- [Exercise prompt]: Write out, without any change, the lines in the material below that run from the line with "v 12.027 -11.631 0" through the line with "v 7.475 -3.447 0", both included.

- [The input]:
/---

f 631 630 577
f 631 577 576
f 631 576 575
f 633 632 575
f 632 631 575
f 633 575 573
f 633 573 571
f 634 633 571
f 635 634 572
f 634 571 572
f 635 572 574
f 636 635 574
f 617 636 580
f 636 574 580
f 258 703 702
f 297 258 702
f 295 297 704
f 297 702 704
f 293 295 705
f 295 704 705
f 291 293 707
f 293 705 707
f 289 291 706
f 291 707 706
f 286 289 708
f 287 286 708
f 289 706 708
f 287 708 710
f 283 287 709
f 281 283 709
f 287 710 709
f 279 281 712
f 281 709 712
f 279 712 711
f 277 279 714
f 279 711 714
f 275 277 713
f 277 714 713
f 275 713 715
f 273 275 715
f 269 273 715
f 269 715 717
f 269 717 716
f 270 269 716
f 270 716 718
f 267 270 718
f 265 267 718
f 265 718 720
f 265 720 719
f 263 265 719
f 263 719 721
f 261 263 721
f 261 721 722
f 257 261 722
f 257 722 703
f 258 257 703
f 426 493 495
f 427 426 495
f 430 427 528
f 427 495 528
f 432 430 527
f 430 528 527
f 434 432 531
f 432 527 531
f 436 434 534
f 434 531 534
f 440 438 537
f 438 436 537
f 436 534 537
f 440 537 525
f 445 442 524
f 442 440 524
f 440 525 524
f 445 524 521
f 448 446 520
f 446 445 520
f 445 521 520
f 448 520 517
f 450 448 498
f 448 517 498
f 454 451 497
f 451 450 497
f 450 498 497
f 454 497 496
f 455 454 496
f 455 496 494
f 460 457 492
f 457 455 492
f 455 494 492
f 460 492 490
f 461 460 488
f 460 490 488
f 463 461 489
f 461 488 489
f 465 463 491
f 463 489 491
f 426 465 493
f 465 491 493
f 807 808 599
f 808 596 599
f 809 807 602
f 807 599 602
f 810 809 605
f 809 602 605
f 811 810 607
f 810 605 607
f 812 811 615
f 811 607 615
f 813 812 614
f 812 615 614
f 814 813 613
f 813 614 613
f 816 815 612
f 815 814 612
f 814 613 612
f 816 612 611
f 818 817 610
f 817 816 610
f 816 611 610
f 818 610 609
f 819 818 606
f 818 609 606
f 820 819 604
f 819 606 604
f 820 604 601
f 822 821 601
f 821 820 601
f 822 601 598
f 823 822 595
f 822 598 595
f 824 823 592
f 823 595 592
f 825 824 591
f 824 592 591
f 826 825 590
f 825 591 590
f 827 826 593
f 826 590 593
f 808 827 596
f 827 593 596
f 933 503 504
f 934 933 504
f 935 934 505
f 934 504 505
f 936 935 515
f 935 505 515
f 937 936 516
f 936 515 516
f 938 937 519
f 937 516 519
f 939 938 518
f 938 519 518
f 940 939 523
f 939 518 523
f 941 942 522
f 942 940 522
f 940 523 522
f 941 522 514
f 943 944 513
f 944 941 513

\---
/---

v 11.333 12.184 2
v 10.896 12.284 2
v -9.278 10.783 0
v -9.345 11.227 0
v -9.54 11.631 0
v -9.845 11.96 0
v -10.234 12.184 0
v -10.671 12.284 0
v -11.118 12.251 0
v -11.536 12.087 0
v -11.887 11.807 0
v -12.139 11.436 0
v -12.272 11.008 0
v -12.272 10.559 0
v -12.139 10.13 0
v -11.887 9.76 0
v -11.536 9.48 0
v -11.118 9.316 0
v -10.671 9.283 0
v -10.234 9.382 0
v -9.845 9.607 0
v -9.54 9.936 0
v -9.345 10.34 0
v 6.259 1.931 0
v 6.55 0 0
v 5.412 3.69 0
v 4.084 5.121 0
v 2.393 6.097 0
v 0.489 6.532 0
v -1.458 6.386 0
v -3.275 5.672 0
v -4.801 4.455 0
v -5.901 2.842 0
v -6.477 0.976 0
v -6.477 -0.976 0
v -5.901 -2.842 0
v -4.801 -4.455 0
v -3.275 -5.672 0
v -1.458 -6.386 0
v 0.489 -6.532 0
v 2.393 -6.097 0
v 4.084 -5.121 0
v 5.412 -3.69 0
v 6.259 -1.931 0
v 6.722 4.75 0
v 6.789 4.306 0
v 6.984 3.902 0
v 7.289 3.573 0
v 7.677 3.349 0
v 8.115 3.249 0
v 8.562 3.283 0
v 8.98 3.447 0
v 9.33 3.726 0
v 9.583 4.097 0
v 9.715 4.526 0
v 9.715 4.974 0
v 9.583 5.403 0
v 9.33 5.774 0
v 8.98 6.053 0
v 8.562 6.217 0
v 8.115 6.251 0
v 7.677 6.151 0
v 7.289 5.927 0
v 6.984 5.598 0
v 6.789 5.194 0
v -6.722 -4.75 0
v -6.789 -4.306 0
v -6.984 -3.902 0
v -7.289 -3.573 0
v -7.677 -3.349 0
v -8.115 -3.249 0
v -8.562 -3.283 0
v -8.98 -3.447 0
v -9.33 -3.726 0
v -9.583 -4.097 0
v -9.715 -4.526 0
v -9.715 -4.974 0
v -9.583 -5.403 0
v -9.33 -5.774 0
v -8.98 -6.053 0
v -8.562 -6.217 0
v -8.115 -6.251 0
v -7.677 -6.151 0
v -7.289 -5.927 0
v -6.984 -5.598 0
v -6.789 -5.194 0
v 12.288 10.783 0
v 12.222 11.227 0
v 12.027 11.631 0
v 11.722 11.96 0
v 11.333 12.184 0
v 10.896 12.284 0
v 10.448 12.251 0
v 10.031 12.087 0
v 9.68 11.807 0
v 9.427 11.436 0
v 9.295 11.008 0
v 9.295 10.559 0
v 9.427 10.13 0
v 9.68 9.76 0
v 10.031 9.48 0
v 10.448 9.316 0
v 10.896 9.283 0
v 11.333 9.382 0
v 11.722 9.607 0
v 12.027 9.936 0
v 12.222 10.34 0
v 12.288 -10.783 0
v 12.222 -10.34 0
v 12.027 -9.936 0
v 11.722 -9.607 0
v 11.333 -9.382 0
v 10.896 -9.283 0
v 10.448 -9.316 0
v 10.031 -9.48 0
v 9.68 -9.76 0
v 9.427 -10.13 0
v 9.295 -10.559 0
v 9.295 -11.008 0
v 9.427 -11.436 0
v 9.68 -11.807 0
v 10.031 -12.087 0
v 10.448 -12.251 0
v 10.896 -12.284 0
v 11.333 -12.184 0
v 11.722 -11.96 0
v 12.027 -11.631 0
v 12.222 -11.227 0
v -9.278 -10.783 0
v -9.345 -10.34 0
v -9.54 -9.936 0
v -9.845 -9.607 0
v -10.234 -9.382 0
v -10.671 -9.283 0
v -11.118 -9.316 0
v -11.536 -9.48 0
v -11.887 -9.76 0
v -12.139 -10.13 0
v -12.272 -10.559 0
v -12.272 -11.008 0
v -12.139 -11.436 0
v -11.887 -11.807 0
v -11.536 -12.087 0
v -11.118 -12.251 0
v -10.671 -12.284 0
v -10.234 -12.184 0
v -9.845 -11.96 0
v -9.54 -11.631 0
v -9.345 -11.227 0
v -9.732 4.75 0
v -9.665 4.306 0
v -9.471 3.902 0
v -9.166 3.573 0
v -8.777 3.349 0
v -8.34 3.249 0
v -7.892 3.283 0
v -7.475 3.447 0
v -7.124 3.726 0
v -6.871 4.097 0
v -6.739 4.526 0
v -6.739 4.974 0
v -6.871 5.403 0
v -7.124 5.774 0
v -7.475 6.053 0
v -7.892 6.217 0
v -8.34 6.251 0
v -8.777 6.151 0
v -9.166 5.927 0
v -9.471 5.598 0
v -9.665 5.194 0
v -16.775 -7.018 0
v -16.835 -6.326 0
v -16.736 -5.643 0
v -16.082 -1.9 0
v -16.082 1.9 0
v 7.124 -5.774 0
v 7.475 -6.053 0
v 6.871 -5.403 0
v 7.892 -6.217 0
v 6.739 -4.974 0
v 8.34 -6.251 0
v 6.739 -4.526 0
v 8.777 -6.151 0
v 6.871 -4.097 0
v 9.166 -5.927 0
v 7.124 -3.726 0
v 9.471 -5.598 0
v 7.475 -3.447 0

\---

- [Expected answer]:
v 12.027 -11.631 0
v 12.222 -11.227 0
v -9.278 -10.783 0
v -9.345 -10.34 0
v -9.54 -9.936 0
v -9.845 -9.607 0
v -10.234 -9.382 0
v -10.671 -9.283 0
v -11.118 -9.316 0
v -11.536 -9.48 0
v -11.887 -9.76 0
v -12.139 -10.13 0
v -12.272 -10.559 0
v -12.272 -11.008 0
v -12.139 -11.436 0
v -11.887 -11.807 0
v -11.536 -12.087 0
v -11.118 -12.251 0
v -10.671 -12.284 0
v -10.234 -12.184 0
v -9.845 -11.96 0
v -9.54 -11.631 0
v -9.345 -11.227 0
v -9.732 4.75 0
v -9.665 4.306 0
v -9.471 3.902 0
v -9.166 3.573 0
v -8.777 3.349 0
v -8.34 3.249 0
v -7.892 3.283 0
v -7.475 3.447 0
v -7.124 3.726 0
v -6.871 4.097 0
v -6.739 4.526 0
v -6.739 4.974 0
v -6.871 5.403 0
v -7.124 5.774 0
v -7.475 6.053 0
v -7.892 6.217 0
v -8.34 6.251 0
v -8.777 6.151 0
v -9.166 5.927 0
v -9.471 5.598 0
v -9.665 5.194 0
v -16.775 -7.018 0
v -16.835 -6.326 0
v -16.736 -5.643 0
v -16.082 -1.9 0
v -16.082 1.9 0
v 7.124 -5.774 0
v 7.475 -6.053 0
v 6.871 -5.403 0
v 7.892 -6.217 0
v 6.739 -4.974 0
v 8.34 -6.251 0
v 6.739 -4.526 0
v 8.777 -6.151 0
v 6.871 -4.097 0
v 9.166 -5.927 0
v 7.124 -3.726 0
v 9.471 -5.598 0
v 7.475 -3.447 0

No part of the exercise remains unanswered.